(What is needed)
Locate, in the data below, the line that contains "v -1.761 27.714 39.376" and the line that contains "v 20.75 -1.712 31.694"; reproduce exactly those two lines and every line between them, nothing more.

(Data entries)

----------------------------------------

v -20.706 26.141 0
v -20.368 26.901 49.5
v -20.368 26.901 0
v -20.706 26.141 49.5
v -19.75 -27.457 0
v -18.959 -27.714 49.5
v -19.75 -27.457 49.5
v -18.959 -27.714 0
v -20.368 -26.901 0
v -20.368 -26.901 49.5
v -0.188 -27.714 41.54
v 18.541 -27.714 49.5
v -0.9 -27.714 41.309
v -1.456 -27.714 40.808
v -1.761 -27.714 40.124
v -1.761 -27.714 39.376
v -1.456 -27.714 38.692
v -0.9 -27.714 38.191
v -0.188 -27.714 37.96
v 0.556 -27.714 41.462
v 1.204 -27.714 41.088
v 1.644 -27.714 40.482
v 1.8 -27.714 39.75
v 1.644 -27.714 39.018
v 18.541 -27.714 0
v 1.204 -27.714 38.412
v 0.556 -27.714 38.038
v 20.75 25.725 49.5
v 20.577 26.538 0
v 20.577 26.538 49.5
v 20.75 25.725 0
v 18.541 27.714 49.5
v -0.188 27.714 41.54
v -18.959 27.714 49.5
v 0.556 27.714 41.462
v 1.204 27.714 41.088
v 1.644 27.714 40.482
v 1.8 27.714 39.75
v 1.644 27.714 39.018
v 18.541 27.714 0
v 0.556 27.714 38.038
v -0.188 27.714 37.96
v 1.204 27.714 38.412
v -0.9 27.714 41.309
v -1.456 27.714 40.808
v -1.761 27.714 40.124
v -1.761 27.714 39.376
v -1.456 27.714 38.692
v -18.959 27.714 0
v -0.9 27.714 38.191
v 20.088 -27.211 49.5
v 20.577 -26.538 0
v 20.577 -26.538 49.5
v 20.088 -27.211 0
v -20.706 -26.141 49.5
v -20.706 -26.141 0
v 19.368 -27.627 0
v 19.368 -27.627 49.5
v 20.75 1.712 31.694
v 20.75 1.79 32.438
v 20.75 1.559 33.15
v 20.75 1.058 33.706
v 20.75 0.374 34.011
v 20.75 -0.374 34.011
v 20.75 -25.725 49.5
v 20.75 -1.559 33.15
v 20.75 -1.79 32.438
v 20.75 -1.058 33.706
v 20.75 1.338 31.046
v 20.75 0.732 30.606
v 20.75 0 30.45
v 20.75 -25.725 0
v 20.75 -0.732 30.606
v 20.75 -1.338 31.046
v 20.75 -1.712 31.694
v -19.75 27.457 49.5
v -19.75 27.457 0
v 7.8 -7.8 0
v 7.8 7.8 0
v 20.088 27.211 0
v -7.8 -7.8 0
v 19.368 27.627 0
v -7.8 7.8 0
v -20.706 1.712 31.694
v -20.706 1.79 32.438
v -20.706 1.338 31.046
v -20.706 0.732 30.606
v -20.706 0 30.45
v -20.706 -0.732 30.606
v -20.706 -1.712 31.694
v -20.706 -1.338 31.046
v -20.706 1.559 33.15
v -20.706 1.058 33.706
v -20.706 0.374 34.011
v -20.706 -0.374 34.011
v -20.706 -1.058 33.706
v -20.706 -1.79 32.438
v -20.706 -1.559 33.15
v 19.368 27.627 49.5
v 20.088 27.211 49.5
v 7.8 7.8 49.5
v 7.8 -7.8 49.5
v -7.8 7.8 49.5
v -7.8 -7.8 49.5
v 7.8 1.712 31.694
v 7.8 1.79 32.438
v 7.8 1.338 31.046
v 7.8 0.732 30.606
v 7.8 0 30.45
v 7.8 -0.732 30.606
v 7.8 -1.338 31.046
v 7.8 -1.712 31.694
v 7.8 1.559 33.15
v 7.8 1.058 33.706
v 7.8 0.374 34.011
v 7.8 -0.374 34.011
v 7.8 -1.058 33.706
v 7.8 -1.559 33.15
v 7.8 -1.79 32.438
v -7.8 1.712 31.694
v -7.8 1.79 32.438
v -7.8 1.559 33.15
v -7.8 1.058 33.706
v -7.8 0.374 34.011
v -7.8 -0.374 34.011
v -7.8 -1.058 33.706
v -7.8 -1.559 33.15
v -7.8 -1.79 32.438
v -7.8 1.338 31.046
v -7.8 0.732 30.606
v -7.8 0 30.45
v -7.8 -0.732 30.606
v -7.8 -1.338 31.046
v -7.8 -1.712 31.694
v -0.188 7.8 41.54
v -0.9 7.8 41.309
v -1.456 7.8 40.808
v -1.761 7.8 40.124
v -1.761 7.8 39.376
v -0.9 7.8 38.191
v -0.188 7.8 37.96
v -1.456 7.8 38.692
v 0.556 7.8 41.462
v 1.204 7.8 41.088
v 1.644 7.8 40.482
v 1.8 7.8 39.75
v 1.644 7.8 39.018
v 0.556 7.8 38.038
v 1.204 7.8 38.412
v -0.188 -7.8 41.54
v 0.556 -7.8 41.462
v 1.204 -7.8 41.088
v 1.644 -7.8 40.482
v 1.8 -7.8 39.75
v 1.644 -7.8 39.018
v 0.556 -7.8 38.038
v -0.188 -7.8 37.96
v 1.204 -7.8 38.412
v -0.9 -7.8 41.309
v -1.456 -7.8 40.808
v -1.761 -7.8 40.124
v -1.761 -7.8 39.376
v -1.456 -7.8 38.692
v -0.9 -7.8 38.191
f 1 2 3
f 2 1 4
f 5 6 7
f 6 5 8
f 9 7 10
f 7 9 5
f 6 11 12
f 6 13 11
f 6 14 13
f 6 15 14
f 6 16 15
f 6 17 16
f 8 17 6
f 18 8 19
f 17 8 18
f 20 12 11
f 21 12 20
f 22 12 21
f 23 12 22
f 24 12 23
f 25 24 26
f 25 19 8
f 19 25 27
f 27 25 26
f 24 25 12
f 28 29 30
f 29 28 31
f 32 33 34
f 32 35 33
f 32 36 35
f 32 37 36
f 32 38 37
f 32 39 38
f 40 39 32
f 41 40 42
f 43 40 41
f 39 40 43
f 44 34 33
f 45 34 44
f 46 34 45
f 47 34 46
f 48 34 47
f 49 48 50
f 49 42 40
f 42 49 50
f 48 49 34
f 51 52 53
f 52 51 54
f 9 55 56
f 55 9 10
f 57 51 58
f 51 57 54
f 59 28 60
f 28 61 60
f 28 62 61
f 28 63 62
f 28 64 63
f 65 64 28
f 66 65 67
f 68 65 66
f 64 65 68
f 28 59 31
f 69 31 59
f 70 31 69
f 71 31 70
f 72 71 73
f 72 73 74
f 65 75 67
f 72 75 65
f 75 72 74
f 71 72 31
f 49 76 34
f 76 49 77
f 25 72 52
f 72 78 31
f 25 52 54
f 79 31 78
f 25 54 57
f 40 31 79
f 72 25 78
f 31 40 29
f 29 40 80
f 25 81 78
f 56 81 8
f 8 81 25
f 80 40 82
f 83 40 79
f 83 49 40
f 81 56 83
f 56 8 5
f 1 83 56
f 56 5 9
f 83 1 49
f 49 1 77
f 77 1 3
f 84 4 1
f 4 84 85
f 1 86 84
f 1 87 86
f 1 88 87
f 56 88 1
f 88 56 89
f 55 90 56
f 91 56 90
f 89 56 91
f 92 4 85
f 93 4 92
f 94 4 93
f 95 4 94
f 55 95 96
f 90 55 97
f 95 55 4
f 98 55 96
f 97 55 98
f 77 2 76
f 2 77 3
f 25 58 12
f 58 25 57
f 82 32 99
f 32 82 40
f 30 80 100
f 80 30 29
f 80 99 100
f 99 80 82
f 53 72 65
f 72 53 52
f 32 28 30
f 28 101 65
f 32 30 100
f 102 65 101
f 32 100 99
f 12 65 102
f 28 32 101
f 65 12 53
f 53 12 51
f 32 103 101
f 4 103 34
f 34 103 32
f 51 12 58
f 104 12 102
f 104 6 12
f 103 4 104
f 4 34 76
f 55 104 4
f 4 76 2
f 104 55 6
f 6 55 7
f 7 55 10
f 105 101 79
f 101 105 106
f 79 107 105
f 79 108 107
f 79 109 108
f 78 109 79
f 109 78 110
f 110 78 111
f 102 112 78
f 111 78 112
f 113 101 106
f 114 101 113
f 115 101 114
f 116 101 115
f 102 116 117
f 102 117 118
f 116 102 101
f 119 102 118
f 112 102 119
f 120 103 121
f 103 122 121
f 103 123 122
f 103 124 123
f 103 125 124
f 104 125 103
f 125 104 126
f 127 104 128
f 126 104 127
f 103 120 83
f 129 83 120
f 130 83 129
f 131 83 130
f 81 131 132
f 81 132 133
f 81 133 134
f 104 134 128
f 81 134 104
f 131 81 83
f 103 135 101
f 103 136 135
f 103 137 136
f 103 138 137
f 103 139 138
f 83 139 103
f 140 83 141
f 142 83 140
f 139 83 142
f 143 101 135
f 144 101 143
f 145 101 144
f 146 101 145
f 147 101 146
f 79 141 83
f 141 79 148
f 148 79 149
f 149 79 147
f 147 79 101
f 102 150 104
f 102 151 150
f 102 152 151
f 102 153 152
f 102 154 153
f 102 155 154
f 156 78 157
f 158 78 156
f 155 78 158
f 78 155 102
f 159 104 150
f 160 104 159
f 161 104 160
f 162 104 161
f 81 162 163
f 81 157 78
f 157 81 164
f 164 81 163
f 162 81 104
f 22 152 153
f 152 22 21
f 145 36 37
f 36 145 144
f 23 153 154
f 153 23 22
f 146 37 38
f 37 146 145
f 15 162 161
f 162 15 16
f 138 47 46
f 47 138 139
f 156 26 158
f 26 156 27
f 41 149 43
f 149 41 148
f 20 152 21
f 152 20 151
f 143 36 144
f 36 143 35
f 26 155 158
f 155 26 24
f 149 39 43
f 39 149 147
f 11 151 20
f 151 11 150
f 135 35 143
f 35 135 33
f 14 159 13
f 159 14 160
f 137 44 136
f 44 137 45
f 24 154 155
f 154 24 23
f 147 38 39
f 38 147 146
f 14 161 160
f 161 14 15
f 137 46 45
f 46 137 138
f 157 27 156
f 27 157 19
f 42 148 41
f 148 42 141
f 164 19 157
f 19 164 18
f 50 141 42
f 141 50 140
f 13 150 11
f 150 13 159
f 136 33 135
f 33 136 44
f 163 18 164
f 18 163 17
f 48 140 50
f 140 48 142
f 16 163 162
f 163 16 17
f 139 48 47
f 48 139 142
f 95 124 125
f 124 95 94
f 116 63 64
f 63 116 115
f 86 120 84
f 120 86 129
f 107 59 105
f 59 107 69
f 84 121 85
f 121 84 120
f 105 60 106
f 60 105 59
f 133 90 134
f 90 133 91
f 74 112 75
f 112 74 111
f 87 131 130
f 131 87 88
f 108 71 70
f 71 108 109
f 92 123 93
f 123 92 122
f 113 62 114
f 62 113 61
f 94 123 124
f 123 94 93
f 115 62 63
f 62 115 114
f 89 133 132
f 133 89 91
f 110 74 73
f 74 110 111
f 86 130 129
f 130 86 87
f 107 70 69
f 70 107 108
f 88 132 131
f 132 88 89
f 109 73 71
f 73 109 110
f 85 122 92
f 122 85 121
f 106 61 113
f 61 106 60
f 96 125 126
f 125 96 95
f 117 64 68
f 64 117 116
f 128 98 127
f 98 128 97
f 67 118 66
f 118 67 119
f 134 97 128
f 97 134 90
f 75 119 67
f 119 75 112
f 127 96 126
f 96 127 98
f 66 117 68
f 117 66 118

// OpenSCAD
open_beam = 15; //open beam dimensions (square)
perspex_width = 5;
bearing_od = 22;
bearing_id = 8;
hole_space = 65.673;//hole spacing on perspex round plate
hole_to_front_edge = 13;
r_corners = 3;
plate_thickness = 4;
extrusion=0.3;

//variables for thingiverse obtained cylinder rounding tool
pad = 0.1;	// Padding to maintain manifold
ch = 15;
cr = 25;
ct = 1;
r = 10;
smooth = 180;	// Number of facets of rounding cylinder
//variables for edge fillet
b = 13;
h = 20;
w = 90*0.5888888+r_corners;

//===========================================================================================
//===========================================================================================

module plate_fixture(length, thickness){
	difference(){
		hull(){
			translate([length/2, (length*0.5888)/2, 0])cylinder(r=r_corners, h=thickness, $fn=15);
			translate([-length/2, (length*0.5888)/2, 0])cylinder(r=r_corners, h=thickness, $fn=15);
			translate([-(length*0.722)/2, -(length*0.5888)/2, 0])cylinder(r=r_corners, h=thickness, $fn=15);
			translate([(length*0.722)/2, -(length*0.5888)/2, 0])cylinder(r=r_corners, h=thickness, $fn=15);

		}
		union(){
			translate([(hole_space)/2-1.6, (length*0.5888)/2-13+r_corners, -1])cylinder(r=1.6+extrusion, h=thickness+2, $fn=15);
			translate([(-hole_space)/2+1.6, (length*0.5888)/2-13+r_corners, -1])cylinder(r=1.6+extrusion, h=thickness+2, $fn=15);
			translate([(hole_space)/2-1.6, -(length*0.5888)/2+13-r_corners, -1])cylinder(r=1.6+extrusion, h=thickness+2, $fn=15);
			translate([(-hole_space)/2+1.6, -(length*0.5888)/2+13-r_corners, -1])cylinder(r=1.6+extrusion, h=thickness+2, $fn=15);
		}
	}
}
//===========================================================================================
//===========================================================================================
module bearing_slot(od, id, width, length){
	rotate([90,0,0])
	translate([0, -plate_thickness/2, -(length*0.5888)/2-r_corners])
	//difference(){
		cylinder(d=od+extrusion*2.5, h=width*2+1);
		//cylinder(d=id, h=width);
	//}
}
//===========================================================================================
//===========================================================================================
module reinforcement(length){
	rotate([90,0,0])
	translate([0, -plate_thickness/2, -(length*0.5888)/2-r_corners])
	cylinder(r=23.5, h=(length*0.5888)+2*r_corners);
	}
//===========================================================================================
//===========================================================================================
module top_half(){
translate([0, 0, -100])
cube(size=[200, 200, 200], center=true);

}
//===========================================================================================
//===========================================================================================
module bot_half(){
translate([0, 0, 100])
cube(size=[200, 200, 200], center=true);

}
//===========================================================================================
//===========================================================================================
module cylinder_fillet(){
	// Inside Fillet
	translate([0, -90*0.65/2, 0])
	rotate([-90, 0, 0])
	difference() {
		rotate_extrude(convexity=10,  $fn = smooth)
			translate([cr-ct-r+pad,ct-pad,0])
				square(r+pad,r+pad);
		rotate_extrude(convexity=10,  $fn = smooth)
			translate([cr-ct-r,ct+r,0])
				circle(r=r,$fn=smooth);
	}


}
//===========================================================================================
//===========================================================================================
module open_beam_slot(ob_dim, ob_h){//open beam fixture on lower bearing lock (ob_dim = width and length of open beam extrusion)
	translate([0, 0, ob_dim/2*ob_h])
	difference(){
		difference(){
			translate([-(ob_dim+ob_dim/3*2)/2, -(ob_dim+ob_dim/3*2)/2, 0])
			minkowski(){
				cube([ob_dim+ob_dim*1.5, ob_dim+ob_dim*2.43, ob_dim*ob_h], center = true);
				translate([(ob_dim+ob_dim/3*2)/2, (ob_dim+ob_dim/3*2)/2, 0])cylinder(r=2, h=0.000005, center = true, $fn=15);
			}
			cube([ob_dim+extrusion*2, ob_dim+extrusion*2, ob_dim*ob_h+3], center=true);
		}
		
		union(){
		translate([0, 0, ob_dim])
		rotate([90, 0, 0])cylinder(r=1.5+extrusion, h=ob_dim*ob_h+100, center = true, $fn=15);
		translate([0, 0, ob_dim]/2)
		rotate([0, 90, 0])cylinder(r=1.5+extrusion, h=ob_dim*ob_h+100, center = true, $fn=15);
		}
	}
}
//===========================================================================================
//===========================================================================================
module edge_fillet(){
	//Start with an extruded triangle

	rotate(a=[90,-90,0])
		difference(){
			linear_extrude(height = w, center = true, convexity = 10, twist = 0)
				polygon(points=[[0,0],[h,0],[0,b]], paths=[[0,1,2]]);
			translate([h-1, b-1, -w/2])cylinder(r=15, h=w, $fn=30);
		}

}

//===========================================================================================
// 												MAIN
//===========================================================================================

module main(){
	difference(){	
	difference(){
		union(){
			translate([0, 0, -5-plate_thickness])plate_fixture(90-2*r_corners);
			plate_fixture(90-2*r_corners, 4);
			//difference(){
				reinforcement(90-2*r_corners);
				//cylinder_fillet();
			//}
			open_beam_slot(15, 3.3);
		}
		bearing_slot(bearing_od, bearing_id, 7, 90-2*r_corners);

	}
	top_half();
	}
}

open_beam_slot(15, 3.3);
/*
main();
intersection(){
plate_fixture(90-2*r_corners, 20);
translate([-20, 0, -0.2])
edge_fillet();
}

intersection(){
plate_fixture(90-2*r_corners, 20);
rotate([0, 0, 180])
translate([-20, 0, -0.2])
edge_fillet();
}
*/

----------------------------------------

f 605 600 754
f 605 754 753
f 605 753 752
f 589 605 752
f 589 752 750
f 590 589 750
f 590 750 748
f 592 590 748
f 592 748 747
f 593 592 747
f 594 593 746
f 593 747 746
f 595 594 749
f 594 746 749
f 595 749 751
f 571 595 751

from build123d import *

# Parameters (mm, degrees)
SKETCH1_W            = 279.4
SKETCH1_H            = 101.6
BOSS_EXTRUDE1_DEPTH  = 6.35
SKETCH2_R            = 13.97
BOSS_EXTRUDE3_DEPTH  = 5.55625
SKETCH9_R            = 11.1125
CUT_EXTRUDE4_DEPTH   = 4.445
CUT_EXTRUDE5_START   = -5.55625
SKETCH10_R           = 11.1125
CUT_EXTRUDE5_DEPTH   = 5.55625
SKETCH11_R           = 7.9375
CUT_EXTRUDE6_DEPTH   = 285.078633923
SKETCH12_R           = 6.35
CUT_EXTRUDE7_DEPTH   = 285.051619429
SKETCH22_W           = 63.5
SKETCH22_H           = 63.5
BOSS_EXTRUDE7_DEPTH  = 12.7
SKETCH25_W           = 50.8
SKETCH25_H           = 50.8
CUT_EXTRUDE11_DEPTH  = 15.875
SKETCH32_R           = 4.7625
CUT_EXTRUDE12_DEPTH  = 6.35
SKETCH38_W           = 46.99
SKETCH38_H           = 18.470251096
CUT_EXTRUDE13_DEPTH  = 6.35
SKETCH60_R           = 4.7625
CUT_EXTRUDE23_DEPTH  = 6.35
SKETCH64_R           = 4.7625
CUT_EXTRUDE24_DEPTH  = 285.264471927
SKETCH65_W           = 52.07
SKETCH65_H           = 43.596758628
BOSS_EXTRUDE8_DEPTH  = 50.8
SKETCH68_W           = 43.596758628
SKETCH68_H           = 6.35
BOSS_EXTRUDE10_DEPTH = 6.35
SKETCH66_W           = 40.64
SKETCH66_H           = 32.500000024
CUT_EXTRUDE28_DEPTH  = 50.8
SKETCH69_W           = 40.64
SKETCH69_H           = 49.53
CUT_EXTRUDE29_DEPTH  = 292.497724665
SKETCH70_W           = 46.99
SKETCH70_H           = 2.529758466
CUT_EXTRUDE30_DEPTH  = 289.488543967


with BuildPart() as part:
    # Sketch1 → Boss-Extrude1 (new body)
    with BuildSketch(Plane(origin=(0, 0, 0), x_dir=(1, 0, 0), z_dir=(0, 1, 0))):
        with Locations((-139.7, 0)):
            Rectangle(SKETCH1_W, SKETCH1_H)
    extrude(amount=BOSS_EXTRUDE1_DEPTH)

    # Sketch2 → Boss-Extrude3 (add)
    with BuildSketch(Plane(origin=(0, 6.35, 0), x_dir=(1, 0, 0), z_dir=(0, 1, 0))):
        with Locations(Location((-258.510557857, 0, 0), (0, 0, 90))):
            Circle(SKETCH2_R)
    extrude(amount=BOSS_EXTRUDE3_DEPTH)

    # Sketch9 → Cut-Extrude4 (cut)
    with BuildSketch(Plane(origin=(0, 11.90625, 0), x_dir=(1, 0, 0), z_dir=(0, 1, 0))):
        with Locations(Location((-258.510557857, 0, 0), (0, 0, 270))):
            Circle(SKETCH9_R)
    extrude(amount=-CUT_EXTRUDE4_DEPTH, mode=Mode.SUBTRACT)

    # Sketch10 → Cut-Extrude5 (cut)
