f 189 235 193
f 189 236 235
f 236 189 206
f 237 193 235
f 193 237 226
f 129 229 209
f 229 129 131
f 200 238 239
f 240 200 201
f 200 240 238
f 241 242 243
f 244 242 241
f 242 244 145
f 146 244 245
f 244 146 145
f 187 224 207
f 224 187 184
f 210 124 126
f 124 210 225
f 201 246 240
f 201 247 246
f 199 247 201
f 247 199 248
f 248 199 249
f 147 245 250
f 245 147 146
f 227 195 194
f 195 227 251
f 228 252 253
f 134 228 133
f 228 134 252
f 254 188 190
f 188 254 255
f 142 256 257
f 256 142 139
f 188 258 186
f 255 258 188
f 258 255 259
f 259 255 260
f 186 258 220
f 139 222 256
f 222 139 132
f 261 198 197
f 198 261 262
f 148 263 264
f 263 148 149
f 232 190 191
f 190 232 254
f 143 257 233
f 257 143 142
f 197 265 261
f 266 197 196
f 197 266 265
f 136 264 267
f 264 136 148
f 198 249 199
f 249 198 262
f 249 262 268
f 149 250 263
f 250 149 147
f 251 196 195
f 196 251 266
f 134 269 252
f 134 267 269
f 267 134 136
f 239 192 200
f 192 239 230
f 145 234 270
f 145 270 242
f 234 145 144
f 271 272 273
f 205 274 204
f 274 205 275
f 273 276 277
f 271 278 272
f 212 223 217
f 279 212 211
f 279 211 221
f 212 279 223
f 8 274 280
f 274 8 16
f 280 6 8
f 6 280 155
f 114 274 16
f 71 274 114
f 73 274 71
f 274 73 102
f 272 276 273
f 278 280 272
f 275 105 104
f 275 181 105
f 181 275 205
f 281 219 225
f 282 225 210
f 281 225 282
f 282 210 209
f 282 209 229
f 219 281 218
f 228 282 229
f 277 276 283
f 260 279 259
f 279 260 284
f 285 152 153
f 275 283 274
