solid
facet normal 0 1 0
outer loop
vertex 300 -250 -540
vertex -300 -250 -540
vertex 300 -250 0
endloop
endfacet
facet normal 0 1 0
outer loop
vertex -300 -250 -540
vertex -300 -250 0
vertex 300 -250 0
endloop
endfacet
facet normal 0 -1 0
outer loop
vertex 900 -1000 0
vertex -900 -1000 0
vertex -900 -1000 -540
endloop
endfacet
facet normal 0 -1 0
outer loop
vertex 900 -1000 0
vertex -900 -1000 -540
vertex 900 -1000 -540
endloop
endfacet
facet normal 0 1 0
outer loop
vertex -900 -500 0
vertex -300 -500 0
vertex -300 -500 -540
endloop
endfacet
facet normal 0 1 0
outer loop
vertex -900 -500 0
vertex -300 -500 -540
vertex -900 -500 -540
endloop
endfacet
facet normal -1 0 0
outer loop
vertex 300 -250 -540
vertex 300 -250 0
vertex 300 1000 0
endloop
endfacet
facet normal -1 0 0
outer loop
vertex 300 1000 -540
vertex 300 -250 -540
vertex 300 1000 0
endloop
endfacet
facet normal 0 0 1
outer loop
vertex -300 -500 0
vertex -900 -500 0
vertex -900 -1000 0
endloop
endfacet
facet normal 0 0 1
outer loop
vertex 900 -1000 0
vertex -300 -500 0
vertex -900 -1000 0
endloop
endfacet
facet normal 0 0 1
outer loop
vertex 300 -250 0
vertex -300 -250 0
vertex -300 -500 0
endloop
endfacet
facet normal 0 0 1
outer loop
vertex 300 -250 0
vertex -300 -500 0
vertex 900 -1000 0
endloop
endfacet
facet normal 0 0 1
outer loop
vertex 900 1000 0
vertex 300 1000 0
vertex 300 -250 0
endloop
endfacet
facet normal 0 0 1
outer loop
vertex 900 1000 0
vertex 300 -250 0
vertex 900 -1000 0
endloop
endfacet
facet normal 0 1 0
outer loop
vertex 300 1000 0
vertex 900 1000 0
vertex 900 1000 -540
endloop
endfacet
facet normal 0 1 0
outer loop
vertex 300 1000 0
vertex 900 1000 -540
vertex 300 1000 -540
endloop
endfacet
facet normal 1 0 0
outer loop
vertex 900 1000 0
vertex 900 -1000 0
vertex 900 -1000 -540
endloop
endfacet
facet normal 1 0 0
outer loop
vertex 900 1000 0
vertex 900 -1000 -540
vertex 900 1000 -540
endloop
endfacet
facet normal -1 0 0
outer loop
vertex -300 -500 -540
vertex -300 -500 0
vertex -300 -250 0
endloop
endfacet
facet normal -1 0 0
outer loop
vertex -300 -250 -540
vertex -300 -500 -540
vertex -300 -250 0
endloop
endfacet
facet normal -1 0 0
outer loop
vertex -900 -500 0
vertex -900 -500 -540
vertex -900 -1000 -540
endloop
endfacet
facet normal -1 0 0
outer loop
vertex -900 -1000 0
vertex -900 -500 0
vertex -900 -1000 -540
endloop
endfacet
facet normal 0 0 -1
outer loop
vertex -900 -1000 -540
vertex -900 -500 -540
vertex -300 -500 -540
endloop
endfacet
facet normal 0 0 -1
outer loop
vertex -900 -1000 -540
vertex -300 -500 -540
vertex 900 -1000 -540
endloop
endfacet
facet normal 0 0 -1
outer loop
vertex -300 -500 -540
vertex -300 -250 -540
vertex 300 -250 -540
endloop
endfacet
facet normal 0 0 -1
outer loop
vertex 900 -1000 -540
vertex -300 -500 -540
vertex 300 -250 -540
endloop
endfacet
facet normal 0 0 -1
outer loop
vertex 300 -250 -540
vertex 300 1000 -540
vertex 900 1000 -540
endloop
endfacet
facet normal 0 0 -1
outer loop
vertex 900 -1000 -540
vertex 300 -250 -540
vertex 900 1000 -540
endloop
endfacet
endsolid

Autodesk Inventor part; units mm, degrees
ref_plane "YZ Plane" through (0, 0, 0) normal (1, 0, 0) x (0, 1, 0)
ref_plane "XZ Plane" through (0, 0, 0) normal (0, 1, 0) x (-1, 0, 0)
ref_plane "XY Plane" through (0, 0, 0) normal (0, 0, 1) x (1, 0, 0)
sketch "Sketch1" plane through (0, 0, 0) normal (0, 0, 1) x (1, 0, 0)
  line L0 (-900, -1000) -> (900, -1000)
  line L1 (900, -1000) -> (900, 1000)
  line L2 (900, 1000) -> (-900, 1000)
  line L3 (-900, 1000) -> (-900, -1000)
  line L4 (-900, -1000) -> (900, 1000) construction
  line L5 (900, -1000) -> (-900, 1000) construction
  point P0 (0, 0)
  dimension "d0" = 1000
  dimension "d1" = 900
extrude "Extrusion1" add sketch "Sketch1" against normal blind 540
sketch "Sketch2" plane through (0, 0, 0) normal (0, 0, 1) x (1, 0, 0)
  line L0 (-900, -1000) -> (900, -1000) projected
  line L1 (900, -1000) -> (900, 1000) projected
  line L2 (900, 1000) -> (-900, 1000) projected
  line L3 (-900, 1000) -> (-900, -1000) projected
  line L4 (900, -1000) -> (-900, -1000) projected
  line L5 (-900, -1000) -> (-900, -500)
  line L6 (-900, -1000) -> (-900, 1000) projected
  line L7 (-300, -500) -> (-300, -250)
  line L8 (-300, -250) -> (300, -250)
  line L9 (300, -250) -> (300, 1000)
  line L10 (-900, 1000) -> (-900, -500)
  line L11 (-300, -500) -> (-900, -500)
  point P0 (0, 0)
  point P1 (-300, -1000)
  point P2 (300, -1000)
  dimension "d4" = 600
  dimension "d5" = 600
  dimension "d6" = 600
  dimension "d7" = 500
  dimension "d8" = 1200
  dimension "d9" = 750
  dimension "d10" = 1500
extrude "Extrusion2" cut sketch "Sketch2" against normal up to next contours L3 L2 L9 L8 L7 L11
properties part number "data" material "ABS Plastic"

----------------------------------------

(Exercise output)
v -1.761 27.714 39.376
v -1.456 27.714 38.692
v -18.959 27.714 0
v -0.9 27.714 38.191
v 20.088 -27.211 49.5
v 20.577 -26.538 0
v 20.577 -26.538 49.5
v 20.088 -27.211 0
v -20.706 -26.141 49.5
v -20.706 -26.141 0
v 19.368 -27.627 0
v 19.368 -27.627 49.5
v 20.75 1.712 31.694
v 20.75 1.79 32.438
v 20.75 1.559 33.15
v 20.75 1.058 33.706
v 20.75 0.374 34.011
v 20.75 -0.374 34.011
v 20.75 -25.725 49.5
v 20.75 -1.559 33.15
v 20.75 -1.79 32.438
v 20.75 -1.058 33.706
v 20.75 1.338 31.046
v 20.75 0.732 30.606
v 20.75 0 30.45
v 20.75 -25.725 0
v 20.75 -0.732 30.606
v 20.75 -1.338 31.046
v 20.75 -1.712 31.694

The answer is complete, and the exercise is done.